Total phenols in the wheat leaves tended to increase gradually with increasing salinity levels in soil as shown in Table 2. This increase showed some tendency of wheat to adjust osmotically against salt stress. Moreover, stress condition leads to an increase in phenolic compounds (Naimiki, 1990).
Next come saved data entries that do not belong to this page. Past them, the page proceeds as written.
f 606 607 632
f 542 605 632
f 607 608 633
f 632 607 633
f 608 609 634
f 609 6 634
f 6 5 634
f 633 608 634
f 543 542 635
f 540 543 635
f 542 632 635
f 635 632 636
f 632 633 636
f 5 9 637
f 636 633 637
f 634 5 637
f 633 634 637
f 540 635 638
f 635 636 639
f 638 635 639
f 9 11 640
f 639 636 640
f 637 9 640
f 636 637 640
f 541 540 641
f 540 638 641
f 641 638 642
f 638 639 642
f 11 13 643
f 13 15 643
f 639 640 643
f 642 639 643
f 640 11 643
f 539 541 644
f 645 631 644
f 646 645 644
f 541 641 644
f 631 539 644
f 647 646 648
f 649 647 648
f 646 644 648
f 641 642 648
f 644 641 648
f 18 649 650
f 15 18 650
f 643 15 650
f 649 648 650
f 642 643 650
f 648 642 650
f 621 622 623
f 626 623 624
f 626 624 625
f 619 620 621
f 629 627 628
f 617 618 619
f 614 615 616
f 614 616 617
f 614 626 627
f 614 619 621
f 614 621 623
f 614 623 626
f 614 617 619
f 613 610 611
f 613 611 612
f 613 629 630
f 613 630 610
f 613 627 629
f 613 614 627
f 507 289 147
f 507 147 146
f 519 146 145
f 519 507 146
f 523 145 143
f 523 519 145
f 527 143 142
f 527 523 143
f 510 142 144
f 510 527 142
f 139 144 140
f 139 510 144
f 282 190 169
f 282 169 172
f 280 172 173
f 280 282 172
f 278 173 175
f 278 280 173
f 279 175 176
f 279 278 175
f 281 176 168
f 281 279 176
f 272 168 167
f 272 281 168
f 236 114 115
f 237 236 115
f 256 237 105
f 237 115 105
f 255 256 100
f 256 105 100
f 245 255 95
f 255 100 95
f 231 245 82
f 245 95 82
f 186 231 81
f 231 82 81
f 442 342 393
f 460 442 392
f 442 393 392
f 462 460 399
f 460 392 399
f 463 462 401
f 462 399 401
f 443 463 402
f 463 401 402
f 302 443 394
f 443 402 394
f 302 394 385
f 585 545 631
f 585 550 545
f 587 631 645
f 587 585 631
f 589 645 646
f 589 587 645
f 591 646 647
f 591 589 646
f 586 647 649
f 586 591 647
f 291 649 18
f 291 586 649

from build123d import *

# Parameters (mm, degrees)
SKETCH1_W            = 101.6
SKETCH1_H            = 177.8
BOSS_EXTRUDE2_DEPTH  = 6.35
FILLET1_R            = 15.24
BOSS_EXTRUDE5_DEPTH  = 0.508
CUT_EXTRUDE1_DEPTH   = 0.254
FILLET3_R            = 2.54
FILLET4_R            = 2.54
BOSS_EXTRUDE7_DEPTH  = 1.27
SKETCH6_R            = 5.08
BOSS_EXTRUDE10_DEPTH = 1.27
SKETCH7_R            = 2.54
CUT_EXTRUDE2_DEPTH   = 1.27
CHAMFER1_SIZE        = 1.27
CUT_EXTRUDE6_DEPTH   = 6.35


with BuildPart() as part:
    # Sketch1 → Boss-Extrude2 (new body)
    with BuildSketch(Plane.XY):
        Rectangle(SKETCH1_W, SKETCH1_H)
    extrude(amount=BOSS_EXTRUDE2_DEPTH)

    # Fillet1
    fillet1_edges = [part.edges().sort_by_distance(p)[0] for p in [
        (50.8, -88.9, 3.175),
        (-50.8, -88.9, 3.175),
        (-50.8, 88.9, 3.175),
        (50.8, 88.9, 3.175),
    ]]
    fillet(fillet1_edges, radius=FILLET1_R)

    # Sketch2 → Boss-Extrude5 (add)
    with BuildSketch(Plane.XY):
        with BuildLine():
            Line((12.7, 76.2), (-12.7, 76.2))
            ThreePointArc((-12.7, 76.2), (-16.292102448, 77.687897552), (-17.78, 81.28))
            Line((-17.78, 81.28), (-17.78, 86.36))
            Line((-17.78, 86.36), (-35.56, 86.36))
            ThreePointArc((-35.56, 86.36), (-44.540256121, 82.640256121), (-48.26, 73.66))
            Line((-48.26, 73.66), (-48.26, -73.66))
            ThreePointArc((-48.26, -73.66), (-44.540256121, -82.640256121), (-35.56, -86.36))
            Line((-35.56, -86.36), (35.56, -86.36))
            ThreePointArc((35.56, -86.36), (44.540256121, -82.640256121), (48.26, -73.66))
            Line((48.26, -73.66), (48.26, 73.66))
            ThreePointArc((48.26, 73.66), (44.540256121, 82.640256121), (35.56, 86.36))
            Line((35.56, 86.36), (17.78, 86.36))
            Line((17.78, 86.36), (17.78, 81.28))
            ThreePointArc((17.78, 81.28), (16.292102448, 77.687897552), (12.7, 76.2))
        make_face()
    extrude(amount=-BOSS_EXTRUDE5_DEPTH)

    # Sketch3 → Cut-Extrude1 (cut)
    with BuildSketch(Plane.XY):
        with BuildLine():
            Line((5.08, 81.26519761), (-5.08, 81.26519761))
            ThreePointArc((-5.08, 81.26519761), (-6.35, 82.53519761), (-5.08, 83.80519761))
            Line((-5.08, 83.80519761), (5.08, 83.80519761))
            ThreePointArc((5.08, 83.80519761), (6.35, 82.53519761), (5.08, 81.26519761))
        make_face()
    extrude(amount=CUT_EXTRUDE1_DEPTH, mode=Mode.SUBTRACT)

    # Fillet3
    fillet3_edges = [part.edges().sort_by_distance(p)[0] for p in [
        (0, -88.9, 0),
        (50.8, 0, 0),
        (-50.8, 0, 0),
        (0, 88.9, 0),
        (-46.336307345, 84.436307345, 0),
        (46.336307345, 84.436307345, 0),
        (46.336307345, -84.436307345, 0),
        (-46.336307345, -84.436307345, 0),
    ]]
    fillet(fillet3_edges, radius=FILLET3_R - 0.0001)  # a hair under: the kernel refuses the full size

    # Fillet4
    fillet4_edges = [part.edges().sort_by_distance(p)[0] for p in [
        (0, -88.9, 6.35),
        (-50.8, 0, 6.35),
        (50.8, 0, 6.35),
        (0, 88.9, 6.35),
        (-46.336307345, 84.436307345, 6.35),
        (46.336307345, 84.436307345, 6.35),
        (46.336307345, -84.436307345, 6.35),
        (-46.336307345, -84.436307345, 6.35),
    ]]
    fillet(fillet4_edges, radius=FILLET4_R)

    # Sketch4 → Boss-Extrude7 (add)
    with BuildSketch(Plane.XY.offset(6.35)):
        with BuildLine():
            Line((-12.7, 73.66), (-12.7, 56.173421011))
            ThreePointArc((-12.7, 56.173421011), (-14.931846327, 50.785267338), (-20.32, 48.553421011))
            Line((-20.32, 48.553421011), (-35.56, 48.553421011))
These phenolic compounds could be a cellular adaptive mechanism for scavenging oxygen free radicals during stress and this free radical scavenger and others such as ascorbate could be readily oxidized in the system of tissue representing sub-cellular damages.

Reducing glutathione (GSH) can act as an antioxidant in many ways. (1) It can react chemically with singlet oxygen, superoxide and hydroxyl radicals and therefore function directly as a free radical scavenger (Noctor and Foyer, 1998), (2) GSH may stabilize membrane structure by removing acyl peroxides formed by lipid peroxidation reactions and (3) GSH is the reducing agent that recycles ascorbic acid from its oxidized to its reduced form by the enzyme dehydroascorbate reductase (Loewus, 1988).
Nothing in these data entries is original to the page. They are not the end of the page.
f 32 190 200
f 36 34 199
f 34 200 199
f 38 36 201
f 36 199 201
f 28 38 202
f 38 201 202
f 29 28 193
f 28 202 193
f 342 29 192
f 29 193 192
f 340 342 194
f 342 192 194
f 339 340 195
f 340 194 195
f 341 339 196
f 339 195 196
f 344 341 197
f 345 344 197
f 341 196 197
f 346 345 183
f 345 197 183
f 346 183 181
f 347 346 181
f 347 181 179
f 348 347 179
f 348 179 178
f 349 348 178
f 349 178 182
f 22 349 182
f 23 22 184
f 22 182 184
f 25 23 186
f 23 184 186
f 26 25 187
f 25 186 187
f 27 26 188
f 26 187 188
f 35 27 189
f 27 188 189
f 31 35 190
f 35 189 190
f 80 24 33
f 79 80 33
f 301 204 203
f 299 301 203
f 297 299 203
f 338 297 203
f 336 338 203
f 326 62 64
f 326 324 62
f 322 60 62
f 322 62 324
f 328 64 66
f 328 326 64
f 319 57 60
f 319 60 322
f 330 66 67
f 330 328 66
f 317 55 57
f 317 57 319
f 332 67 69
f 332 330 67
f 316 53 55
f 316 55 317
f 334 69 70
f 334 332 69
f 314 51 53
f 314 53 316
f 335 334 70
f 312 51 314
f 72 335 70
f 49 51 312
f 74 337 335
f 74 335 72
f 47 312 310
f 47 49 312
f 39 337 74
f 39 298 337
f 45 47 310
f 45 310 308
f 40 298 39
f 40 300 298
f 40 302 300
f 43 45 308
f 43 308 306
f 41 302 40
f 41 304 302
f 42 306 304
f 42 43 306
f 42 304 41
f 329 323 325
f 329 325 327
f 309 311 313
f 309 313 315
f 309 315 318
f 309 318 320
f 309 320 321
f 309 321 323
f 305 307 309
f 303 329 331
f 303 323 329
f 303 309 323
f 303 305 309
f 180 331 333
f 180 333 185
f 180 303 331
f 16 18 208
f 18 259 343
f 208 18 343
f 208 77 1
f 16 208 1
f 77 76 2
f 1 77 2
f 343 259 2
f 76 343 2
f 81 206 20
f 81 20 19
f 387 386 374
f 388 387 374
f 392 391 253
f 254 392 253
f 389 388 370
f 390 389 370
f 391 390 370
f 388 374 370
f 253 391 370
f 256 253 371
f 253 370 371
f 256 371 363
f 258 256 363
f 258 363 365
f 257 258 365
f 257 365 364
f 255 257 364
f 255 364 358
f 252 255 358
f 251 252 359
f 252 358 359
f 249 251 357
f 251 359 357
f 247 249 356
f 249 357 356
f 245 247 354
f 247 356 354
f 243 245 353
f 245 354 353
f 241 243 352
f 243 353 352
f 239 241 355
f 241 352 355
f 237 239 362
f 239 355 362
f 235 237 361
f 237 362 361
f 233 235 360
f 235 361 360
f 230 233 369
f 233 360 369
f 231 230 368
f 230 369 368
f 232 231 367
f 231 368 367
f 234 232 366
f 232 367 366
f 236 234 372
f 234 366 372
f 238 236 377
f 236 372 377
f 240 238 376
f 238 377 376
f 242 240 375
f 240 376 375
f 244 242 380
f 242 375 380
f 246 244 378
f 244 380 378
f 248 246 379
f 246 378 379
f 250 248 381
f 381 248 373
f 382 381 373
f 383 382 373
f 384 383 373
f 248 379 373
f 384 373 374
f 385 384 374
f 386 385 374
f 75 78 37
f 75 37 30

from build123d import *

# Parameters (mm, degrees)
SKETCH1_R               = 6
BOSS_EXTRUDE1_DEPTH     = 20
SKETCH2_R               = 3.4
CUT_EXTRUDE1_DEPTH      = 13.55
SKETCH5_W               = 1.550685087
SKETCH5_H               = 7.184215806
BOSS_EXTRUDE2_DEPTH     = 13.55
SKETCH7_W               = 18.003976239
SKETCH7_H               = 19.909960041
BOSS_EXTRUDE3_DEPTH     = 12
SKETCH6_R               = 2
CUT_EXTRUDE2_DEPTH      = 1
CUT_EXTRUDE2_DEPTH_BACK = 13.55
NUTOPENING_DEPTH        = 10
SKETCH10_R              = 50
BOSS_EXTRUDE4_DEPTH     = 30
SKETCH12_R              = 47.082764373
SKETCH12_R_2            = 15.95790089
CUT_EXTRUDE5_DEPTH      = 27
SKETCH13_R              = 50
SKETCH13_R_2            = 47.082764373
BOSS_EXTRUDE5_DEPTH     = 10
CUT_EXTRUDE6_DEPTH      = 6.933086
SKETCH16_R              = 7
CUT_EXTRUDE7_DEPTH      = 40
The increase in reducing glutathione (GSH) contents as reported in Table 2 may be due to the role of the enzymes ascorbate peroxidase, glutathione reductase and superoxide dismutase which involved in the regeneration of glutathione and ascorbate that are important in detoxification of ROS (Foyer et al., 1994).

Generally, it could be concluded that α-tocopherol, ascorbic acid and glutathione can help to alleviate the harmful effect of ROS may be through several ways such as: (1) inhibits the lipid photoperoxidation (Thomas et al., 1992), (2) involves in both electron transport of PS II and antioxidizing system of chloroplasts (Thomas et al., 1992), (3) membrane stabilizers (Thomas et al., 1992), (4) can react with peroxyl radicals (Sairam and Servastava, 2002), (5) it scavenges cytotoxic H2O2 and reacts non-enzymatically with other ROS (Sairam and Servastava, 2002), (6) regenerates another powerful water-soluble antioxidant and ascorbic acid (Blokhina et al., 2002), (7) stabilizes membrane structures (Blokhina, 2002), (8) modulates membrane fluidity in a similar manner to cholesterol and also membrane permeability to small ions and molecules (Foyer, 1992) and (9) decrease the permeability of digalactosyldiacylglycerol vesicles for glucose and protons (Berglund et al., 1999).

As for, role of exogenous antioxidants polyamine on alleviating salinity stress effects: the polyamines (PAs) including spermine (SPM, a tetramine), spermidine (SPD, a triamine) and their obligate precursor putrescine (a diamine) are implicated in induction of plant adaptation to stress (Mishra et al., 2003). It has been suggested that PAs may play role in antioxidative system and protect membrane from peroxidation. The alleviating effect of polyamines on plants grown under salinity stress was previously discussed.

From the above mentioned results it could be noticed that the applied antioxidants could alleviate or minimize the harmful effect of NaCl salinity on wheat plant growth and ascorbic acid and spermine proved to be more effective in this respect.